Ота посмотрел на гальтских воинов. Отсюда ему было видно не больше сотни. Он попытался вспомнить, как выглядели те, с кем они встретились у селения дая-кво, как они держались, как двигались, однако на ум ничего не приходило. Он помнил только сражение и гибель своих людей. Сая изобразил позу прощания и стал осторожно спускаться ниже, к деревьям, за которыми скоро должна была начаться битва.

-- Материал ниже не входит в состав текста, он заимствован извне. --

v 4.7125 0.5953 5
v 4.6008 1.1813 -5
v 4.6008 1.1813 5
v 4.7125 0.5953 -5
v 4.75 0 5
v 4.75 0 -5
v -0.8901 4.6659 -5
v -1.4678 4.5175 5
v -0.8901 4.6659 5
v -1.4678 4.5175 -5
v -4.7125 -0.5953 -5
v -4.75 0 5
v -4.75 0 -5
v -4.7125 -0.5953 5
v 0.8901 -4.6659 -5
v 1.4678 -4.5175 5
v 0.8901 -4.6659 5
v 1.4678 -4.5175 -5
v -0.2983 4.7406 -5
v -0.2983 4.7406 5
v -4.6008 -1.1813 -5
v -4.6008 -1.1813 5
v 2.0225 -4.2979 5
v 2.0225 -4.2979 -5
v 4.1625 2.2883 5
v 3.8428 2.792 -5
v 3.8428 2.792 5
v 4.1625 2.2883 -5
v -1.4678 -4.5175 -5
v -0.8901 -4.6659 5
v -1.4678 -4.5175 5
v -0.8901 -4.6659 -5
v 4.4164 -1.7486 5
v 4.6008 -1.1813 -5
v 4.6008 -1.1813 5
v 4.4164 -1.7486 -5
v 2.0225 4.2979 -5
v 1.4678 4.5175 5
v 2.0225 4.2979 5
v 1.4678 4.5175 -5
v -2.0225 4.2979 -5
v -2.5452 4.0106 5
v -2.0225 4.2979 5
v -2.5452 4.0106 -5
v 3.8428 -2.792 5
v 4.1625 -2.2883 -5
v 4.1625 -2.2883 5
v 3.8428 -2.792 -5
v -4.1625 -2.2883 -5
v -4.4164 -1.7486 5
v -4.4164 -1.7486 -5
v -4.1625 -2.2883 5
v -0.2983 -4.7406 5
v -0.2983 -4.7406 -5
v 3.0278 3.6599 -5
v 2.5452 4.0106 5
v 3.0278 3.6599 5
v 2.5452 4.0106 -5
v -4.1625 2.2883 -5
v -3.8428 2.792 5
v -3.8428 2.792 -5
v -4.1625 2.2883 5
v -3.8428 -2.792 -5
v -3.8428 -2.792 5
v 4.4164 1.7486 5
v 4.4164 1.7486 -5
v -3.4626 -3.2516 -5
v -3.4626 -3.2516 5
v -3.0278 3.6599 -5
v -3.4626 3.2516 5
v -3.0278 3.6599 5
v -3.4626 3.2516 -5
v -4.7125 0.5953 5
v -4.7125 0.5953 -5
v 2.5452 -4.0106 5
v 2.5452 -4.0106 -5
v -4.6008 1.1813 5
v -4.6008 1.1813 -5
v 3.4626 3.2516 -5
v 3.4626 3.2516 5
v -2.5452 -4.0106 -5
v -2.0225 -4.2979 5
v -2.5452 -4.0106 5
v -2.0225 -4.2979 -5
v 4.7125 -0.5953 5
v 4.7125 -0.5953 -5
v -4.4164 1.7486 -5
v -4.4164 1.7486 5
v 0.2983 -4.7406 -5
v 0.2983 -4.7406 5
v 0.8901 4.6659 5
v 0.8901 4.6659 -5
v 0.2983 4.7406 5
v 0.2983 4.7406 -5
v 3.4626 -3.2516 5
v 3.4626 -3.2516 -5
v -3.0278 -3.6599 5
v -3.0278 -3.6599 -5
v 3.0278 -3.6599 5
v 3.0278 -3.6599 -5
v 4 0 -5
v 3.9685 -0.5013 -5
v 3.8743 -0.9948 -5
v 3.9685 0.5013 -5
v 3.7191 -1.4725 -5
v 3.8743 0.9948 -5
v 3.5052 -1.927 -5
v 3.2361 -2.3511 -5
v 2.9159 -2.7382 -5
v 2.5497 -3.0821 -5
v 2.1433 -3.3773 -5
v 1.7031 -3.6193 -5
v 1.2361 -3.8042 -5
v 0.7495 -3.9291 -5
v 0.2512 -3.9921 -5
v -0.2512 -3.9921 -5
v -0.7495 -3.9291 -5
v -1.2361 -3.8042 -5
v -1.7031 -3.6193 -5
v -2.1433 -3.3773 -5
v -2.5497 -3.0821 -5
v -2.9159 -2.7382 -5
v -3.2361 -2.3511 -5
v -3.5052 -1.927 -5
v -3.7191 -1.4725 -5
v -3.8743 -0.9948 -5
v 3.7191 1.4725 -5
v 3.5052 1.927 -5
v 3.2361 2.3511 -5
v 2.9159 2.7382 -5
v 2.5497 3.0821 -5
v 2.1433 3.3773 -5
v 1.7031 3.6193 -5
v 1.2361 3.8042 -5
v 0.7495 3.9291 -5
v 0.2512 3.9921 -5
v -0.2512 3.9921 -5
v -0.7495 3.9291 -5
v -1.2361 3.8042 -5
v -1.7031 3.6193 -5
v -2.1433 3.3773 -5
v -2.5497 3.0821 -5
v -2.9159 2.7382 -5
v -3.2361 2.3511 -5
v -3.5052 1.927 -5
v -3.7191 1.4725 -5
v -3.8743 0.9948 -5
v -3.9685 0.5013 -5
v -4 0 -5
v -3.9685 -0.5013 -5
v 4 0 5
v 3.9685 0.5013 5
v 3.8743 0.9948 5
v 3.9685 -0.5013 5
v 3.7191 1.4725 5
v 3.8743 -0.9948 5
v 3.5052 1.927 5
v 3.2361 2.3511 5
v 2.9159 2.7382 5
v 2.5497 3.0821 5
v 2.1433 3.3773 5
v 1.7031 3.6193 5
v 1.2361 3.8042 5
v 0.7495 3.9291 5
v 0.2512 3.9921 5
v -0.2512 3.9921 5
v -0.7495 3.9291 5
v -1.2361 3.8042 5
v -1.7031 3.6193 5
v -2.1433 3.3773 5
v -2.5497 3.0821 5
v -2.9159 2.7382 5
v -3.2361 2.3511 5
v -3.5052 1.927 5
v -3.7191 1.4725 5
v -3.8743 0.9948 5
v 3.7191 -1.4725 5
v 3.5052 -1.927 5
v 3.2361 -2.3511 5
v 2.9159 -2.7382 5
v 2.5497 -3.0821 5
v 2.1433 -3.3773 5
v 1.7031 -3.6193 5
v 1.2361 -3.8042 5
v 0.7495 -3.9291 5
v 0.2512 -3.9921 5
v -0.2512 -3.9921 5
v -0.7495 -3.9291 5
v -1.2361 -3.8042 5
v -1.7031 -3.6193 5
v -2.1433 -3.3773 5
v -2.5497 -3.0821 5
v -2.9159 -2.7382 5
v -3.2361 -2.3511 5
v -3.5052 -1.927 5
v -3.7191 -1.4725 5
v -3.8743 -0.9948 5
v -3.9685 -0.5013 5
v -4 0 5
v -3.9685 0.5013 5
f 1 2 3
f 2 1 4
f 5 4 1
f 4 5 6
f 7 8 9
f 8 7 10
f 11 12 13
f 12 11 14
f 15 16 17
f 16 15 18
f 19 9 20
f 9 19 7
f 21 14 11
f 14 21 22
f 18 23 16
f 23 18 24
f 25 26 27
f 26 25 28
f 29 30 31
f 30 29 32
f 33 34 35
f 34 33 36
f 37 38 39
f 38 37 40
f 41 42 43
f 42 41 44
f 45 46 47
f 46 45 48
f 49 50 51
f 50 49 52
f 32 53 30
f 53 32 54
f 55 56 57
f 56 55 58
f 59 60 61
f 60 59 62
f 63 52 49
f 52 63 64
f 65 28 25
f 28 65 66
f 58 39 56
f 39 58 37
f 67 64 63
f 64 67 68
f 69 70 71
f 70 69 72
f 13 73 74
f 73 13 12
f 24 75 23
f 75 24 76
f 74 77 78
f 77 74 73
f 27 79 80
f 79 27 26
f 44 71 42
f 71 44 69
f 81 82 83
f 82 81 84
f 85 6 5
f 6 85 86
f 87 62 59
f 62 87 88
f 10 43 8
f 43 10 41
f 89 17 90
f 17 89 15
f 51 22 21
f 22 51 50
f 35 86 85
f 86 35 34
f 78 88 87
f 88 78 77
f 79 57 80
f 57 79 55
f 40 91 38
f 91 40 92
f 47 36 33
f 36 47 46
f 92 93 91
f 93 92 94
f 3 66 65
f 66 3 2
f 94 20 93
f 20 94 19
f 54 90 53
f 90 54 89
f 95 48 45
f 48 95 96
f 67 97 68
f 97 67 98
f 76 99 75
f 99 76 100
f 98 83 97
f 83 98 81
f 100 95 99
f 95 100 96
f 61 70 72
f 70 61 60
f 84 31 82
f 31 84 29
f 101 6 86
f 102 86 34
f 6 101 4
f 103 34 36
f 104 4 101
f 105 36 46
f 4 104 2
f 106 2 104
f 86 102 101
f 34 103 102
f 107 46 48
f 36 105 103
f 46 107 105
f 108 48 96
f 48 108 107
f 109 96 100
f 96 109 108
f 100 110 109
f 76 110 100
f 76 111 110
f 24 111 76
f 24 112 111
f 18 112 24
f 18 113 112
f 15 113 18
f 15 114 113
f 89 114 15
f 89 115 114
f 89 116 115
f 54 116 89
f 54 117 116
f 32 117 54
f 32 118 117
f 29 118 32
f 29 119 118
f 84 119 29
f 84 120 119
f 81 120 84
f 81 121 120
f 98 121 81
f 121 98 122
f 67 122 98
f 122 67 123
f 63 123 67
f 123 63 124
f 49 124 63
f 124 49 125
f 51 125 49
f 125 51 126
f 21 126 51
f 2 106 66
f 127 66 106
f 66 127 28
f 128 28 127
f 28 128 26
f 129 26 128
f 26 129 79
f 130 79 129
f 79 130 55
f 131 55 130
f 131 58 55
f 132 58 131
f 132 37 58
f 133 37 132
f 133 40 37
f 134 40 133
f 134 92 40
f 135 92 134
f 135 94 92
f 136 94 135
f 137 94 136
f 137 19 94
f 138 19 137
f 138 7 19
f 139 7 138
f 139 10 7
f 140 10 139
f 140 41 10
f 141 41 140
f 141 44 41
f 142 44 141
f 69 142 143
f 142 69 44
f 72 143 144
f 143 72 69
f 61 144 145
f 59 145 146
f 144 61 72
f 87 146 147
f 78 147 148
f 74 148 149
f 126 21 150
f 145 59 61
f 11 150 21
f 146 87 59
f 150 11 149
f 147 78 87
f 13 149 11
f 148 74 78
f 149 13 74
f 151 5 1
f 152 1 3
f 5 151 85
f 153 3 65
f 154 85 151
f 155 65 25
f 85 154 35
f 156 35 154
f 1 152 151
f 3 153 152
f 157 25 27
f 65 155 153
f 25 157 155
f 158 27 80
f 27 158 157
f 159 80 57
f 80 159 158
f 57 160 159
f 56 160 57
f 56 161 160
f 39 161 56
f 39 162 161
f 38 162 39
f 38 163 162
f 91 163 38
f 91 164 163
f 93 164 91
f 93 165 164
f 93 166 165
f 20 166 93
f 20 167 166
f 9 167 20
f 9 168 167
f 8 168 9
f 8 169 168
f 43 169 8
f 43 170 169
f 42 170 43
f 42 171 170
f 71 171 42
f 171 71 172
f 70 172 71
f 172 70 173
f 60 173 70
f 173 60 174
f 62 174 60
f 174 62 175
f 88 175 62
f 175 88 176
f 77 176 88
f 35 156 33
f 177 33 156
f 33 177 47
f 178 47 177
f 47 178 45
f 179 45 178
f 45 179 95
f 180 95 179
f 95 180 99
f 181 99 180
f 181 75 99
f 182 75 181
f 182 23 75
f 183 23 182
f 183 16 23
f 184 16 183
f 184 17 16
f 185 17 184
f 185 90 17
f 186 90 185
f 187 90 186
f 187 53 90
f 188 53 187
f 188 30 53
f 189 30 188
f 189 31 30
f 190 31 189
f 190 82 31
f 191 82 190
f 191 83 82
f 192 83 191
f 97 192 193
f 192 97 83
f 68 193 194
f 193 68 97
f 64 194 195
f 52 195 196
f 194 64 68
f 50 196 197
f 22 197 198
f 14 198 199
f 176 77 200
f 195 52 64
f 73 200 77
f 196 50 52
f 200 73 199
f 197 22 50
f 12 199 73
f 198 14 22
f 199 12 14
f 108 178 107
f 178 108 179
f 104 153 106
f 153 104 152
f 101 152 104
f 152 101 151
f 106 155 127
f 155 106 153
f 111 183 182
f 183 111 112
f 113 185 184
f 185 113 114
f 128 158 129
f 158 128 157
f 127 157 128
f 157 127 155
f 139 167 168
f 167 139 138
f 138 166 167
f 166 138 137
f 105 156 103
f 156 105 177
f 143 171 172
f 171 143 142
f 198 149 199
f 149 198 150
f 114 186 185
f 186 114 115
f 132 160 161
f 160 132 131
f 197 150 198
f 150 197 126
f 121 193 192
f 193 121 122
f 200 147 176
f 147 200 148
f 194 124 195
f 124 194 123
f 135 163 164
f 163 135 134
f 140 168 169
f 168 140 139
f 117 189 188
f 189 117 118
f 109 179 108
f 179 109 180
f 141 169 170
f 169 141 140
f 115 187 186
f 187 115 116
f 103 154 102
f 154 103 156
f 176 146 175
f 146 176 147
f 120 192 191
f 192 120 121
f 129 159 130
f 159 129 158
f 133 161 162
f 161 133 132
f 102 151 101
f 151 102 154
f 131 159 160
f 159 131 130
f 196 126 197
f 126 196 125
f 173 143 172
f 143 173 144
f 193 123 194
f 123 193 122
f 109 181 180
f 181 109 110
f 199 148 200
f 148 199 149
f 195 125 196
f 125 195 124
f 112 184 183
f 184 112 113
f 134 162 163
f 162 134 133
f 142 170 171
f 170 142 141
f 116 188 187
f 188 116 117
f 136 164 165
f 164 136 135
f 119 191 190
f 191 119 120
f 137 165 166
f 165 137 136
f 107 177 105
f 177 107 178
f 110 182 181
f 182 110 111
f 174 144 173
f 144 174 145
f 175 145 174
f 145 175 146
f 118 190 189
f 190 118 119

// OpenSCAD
$fn = 50;


difference() {
	union() {
		translate(v = [0, 0, -5.0000000000]) {
			cylinder(h = 10, r = 4.7500000000);
		}
	}
	union() {
		translate(v = [0, 0, -100.0000000000]) {
			cylinder(h = 200, r = 4.0000000000);
		}
	}
}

На дороге показалась первая самоходная повозка. Ота слышал, как она гремит, словно ткацкий станок. Металлический шар котла золотом сиял в свете восходящего солнца. Повозка была доверху наполнена мешками и ящиками. Вероятно, это были шатры или съестные припасы. Или уголь. Все, что воинам иначе пришлось бы тащить на себе. В селении поэтов Ота как следует рассмотрел необычную машину и все равно, увидев ее в действии, почувствовал, будто спит наяву: телега ехала со скоростью человека, бегущего трусцой, а лошади впереди не было. Ота восхитился разумом, создавшим такое чудо. Внизу первый воин увидел бревно, обернулся и крикнул что-то остальным — долгий и мелодичный звук мог оказаться словом или просто сигналом. Запыхтев, телега сбавила скорость, дернулась и замерла. Долгий крик прозвучал снова и снова дальше по дороге. Так придворные шептальники передают слова хая тем, кто стоит в дальних галереях. Гальты собрались в кучку и начали совещаться. Охотник на медведей сел, уперся подошвами в дугу лука и, зажав между кулаками стрелу, обеими руками начал натягивать тетиву. Лук заскрипел.

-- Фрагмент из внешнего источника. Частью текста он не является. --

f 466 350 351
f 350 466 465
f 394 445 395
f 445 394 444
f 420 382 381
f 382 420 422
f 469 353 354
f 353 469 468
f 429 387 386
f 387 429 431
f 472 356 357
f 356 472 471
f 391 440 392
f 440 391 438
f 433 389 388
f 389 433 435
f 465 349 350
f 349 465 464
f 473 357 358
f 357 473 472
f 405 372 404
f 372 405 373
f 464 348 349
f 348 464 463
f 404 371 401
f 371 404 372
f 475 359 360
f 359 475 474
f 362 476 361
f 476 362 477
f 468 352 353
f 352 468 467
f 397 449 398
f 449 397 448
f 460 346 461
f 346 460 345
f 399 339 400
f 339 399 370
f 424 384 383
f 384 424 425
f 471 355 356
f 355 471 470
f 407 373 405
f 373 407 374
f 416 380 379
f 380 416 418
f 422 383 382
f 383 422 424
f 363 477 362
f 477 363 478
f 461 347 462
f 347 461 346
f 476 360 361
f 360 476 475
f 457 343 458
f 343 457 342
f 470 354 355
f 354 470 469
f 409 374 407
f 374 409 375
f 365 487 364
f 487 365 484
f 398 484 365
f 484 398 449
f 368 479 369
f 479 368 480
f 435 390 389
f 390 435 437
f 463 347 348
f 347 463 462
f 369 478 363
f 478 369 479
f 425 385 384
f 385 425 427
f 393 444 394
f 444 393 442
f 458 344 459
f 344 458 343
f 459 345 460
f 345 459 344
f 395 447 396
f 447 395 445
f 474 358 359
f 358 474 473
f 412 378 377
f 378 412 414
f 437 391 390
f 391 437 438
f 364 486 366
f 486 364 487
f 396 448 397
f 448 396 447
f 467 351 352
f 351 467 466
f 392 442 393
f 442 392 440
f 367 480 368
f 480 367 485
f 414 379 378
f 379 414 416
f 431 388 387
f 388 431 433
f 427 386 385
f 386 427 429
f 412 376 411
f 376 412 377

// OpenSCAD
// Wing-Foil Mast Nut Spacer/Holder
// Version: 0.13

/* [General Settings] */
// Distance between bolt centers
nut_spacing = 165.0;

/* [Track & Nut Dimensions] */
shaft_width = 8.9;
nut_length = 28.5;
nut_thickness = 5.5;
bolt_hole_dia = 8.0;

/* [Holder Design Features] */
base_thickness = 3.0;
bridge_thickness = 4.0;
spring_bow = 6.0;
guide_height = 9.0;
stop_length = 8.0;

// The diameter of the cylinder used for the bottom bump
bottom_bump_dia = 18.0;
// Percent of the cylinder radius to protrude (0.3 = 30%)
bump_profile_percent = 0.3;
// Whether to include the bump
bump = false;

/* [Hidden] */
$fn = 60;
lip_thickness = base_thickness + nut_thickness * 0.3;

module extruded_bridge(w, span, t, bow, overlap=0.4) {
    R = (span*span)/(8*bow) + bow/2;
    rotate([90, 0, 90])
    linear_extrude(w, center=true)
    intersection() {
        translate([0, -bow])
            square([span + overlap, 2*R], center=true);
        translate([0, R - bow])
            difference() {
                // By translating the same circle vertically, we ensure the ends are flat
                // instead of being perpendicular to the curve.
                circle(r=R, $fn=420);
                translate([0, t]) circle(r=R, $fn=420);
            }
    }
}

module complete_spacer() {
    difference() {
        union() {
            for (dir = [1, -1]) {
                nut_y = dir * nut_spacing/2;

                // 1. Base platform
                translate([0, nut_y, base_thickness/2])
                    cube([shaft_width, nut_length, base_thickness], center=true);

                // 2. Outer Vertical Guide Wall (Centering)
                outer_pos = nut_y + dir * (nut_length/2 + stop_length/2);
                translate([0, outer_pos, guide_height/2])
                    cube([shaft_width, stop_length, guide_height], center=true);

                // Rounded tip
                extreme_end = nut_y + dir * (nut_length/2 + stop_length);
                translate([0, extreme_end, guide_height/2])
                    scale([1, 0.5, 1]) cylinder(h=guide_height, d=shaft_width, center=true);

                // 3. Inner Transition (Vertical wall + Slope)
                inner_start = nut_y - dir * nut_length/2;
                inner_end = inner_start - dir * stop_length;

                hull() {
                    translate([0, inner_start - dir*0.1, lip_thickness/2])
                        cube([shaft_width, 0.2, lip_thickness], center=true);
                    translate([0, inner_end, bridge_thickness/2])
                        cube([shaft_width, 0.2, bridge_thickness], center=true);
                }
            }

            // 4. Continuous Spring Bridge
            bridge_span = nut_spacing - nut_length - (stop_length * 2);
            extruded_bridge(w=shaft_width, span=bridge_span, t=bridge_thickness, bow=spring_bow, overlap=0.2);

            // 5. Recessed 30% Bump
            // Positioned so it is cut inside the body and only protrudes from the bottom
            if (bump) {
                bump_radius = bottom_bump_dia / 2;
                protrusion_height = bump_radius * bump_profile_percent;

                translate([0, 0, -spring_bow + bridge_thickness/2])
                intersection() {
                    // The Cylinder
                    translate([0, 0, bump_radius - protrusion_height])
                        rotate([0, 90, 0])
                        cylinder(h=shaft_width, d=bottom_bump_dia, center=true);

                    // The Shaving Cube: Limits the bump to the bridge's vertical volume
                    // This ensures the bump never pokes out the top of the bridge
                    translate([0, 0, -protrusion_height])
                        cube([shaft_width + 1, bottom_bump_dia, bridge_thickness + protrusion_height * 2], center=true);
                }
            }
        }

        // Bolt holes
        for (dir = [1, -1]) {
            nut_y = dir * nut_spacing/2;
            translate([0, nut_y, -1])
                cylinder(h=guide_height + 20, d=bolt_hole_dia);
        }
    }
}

— Подождите, — сказал Ота.
Из-за самоходной телеги показался человек в серой рубахе с Гальтским Древом. Волосы у него были черные, как у самого Оты, кожа — обветренная, темная. Люди, собравшиеся возле поваленных деревьев, обернулись к нему и поклонились, выражая почтение. Ота почувствовал, как что-то зашевелилось в животе.
— Он.
— Высочайший? — Охотник насторожился.
— Попадете отсюда вон в того?
Охотник повернулся, держа наготове лук, и вытянул шею.
— Трудный выстрел, — процедил он.
— Сможете?
Охотник помолчал.
— Смогу.
— Тогда стреляйте. Сейчас.
Загудела тетива, и охотник быстро сдвинул лодыжки, чтобы лук не упал. Стрелок еще не разогнулся, а стрела уже попала в цель. Она вонзилась гальту в бок, прямо под ребрами, и тот повалился на землю, даже не вскрикнув. Ота поднес к губам рог. Звук оглушил его. Он видел, как гальты внизу выхватили секиры и мечи, как они раскрывают рты, что-то крича, но ничего не слышал.
Гальты расступились, и вторая стрела попала в брюхо котла. Глухо лязгнув по металлу, она отскочила и упала на землю. В ответ на сигнал Оты затрубил другой рог, однако его песня потонула в жутком хаосе звуков. Никогда в жизни Ота не слышал ничего подобного. Примерно в трех сотнях шагов от начала гальтской колонны в воздух взметнулось огромное облако, а затем охотник выпустил третью стрелу, и Оту снова оглушило.
Их заволокло густым горячим туманом. Ота закашлялся. Охотник сделал последний выстрел во мглу, достал два кинжала и побежал вниз, к дороге. Ота шагнул вперед. В ушах стоял звон, сквозь него доносились приглушенные крики, сигнал трубы и далекий рокот, сказавший, что еще одной самоходной телеге настал конец. Понемногу туман рассеялся, и взгляду Оты открылась дорога. Повозка лежала на боку, мешки и ящики рассыпались по земле вперемешку с телами. На мокрой земле лежало с десяток воинов, их кожа покраснела, как панцирь у вареных раков. Многие держались на ногах и даже пытались драться, но выходило у них не очень, и люди Оты добивали их с мстительным торжеством. Печь треснула, по булыжникам дороги разлетелись тлеющие угли. Цвет влажных от пара листьев стал ярче, сочнее. Вдалеке прогремели еще два взрыва. Ота издал клич, призывая сплотить ряды, и двинулся вниз, в гущу боя.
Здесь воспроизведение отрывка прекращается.